— И куда же ты пойдешь? — спрашивал Мишку Щенок.
— В лес, — сказал Мишка. — Медведи, которые никому не нужны, должны жить в лесу. Я знаю.
Кукла сидела рядом и делала вид, что ее это не касается.
— Прощай, — сказал Мишка, — не забывай вовремя высовывать язычок.
Он соскользнул со скамейки и, ковыляя, скрылся за углом высокой песочницы. Никто из детей не заметил его ухода…
Во двор пришла ночь.
Было тихо, только вода журчала в маленьком фонтанчике посреди детской площадки.
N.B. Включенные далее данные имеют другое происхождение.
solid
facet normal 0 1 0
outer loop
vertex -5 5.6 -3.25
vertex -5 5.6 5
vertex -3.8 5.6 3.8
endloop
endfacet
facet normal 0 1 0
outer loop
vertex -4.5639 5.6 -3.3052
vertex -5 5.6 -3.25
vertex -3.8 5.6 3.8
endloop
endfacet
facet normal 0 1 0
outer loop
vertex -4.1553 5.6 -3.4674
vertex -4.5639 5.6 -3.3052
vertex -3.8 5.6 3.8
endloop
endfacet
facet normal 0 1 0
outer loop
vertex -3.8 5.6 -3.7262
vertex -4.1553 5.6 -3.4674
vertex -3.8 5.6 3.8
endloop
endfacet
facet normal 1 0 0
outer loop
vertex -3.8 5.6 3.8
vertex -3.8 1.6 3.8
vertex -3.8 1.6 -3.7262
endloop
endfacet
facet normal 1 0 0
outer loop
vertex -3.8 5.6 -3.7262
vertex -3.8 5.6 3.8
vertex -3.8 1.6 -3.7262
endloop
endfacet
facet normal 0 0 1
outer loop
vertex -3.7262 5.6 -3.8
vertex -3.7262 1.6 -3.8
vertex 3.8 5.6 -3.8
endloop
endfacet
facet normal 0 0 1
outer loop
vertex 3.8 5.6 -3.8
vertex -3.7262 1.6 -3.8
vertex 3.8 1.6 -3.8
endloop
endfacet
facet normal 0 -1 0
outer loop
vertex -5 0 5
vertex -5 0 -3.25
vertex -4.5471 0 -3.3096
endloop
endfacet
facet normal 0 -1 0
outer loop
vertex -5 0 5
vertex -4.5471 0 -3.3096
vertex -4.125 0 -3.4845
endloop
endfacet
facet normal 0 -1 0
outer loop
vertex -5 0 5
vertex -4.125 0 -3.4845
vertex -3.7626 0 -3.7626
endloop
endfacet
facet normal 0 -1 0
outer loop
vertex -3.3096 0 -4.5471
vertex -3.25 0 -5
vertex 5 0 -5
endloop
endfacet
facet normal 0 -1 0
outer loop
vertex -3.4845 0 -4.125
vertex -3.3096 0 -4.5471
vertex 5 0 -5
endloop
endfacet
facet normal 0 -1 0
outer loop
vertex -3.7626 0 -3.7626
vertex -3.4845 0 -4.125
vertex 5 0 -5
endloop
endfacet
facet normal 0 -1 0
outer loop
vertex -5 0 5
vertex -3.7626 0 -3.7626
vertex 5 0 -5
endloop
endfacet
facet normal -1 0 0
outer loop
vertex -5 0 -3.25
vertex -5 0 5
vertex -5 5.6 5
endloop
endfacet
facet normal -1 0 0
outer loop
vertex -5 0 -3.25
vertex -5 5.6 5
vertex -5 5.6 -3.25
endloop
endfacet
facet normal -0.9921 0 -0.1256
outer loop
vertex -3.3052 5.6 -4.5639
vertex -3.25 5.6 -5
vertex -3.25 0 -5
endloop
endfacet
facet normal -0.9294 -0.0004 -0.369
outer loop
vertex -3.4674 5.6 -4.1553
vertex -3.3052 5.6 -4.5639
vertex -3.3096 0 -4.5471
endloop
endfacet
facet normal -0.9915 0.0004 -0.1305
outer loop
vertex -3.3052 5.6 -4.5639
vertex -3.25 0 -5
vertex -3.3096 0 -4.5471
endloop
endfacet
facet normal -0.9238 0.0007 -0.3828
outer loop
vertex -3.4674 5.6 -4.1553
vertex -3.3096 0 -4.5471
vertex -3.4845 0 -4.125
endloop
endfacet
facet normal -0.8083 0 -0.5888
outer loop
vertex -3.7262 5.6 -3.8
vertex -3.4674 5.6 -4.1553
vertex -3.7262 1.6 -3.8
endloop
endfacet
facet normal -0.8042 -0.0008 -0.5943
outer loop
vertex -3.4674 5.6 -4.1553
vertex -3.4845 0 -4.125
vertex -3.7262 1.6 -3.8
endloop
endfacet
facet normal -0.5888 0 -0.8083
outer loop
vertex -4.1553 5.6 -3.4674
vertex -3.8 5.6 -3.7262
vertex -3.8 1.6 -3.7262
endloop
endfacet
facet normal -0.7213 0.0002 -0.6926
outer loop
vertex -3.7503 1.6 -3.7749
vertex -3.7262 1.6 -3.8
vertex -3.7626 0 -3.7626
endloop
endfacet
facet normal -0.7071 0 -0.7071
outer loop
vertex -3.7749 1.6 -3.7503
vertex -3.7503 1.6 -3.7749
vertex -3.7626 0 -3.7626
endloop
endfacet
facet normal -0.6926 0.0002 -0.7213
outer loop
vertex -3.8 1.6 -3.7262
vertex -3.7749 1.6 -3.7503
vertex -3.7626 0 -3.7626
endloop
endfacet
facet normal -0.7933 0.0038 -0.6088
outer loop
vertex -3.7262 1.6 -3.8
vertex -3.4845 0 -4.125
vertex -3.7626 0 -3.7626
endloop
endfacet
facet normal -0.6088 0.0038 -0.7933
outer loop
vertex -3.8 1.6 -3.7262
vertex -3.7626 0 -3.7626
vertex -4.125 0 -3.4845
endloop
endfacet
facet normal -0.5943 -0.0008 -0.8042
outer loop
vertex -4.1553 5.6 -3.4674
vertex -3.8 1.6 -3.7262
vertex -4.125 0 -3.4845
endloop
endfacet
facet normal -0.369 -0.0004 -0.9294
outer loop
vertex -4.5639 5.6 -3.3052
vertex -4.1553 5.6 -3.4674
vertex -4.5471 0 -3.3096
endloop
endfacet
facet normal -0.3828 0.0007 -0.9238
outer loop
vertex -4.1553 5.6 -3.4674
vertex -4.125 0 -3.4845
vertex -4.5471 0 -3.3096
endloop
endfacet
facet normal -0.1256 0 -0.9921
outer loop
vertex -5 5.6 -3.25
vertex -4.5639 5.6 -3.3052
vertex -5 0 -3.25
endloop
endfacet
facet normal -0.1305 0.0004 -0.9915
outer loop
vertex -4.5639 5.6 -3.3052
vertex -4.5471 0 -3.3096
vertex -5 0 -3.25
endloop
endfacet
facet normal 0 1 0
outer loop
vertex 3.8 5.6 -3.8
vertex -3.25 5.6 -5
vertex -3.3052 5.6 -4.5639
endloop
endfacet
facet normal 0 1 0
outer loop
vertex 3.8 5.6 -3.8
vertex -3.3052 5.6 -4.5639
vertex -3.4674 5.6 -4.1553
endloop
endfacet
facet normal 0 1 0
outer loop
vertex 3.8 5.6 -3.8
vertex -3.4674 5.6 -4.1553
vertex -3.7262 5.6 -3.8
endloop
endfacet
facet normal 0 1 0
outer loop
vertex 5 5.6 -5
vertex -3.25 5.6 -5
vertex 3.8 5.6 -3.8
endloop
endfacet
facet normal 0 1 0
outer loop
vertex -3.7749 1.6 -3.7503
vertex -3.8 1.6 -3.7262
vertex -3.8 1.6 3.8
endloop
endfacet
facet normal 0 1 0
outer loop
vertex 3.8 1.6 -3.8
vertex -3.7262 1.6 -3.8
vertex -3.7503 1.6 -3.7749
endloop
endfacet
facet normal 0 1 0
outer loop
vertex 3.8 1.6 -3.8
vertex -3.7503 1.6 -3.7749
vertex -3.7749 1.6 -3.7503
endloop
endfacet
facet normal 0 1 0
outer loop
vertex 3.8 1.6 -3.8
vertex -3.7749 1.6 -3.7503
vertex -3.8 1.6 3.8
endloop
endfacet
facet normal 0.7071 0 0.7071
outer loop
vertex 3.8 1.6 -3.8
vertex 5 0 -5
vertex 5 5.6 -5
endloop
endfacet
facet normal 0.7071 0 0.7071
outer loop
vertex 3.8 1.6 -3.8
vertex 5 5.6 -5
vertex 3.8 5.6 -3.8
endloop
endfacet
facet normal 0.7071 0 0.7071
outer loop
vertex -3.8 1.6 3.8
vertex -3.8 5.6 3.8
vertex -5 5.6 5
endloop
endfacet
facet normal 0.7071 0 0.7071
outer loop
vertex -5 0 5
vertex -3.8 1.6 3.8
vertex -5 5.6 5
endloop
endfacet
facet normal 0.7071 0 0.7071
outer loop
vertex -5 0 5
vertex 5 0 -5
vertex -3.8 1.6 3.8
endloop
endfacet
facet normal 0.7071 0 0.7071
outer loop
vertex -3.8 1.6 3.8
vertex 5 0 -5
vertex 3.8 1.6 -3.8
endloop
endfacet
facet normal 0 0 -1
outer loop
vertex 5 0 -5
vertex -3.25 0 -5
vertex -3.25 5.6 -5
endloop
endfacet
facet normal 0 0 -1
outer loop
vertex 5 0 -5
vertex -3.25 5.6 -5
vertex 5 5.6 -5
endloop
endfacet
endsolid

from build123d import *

# Parameters (mm, degrees)
SKETCH2_W           = 10
SKETCH2_H           = 10
BOSS_EXTRUDE1_DEPTH = 1.6
SKETCH4_W           = 10
SKETCH4_H           = 10
SKETCH4_W_2         = 7.6
SKETCH4_H_2         = 7.6
EXTRUDE_THIN1_DEPTH = 4
CUT_EXTRUDE1_DEPTH  = 5.6
SKETCH6_R           = 1.75
CUT_EXTRUDE2_DEPTH  = 5.6


with BuildPart() as part:
    # Sketch2 → Boss-Extrude1 (new body)
    with BuildSketch(Plane(origin=(0, 0, 0), x_dir=(1, 0, 0), z_dir=(0, 1, 0))):
        Rectangle(SKETCH2_W, SKETCH2_H)
    extrude(amount=BOSS_EXTRUDE1_DEPTH)

    # Sketch4 → Extrude-Thin1 (add)
    with BuildSketch(Plane(origin=(0, 1.6, 0), x_dir=(1, 0, 0), z_dir=(0, 1, 0))):
        Rectangle(SKETCH4_W, SKETCH4_H)
        Rectangle(SKETCH4_W_2, SKETCH4_H_2, mode=Mode.SUBTRACT)
    extrude(amount=EXTRUDE_THIN1_DEPTH)

    # Sketch5 → Cut-Extrude1 (cut)
    with BuildSketch(Plane.XZ):
        Polygon((-5, 5), (5, 5), (5, -5), align=None)
    extrude(amount=-CUT_EXTRUDE1_DEPTH, mode=Mode.SUBTRACT)

    # Sketch6 → Cut-Extrude2 (cut)
    with BuildSketch(Plane.XZ):
        with Locations((-5, -5)):
            Circle(SKETCH6_R)
    extrude(amount=-CUT_EXTRUDE2_DEPTH, mode=Mode.SUBTRACT)


solid = part.part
Из-за угла высокой песочницы выглянул Мишка.
Убедившись, что никого нет, он вышел на середину двора, задрал голову и посмотрел на знакомое окно, освещенное слабым теплым огоньком.
Это в комнате девочки горела лампа-ночник.
Клоун, Кукла и Щенок сидели в кресле и смотрели на девочку.
Она в длинной ночной рубашке, босая, стояла у окна, прижавшись лбом к стеклу.
На постели, около подушки, лежала цветная лента, которую утром девочка завязала бантом на шее у Мишки.
А Мишка уже шагал далеко от дома, по улицам опустевшего города. Он шел, задумчиво склонив набок круглую голову с торчащими ушами, и ни разу не оглянулся.
Купы деревьев были видны издали между домами.
— Вот и лес, — сказал Мишка. Но это был не лес, а городской парк. Маленькая фигура Мишки прошла под высоченной аркой ворот в парк. У ворот ветер трепал край афиши.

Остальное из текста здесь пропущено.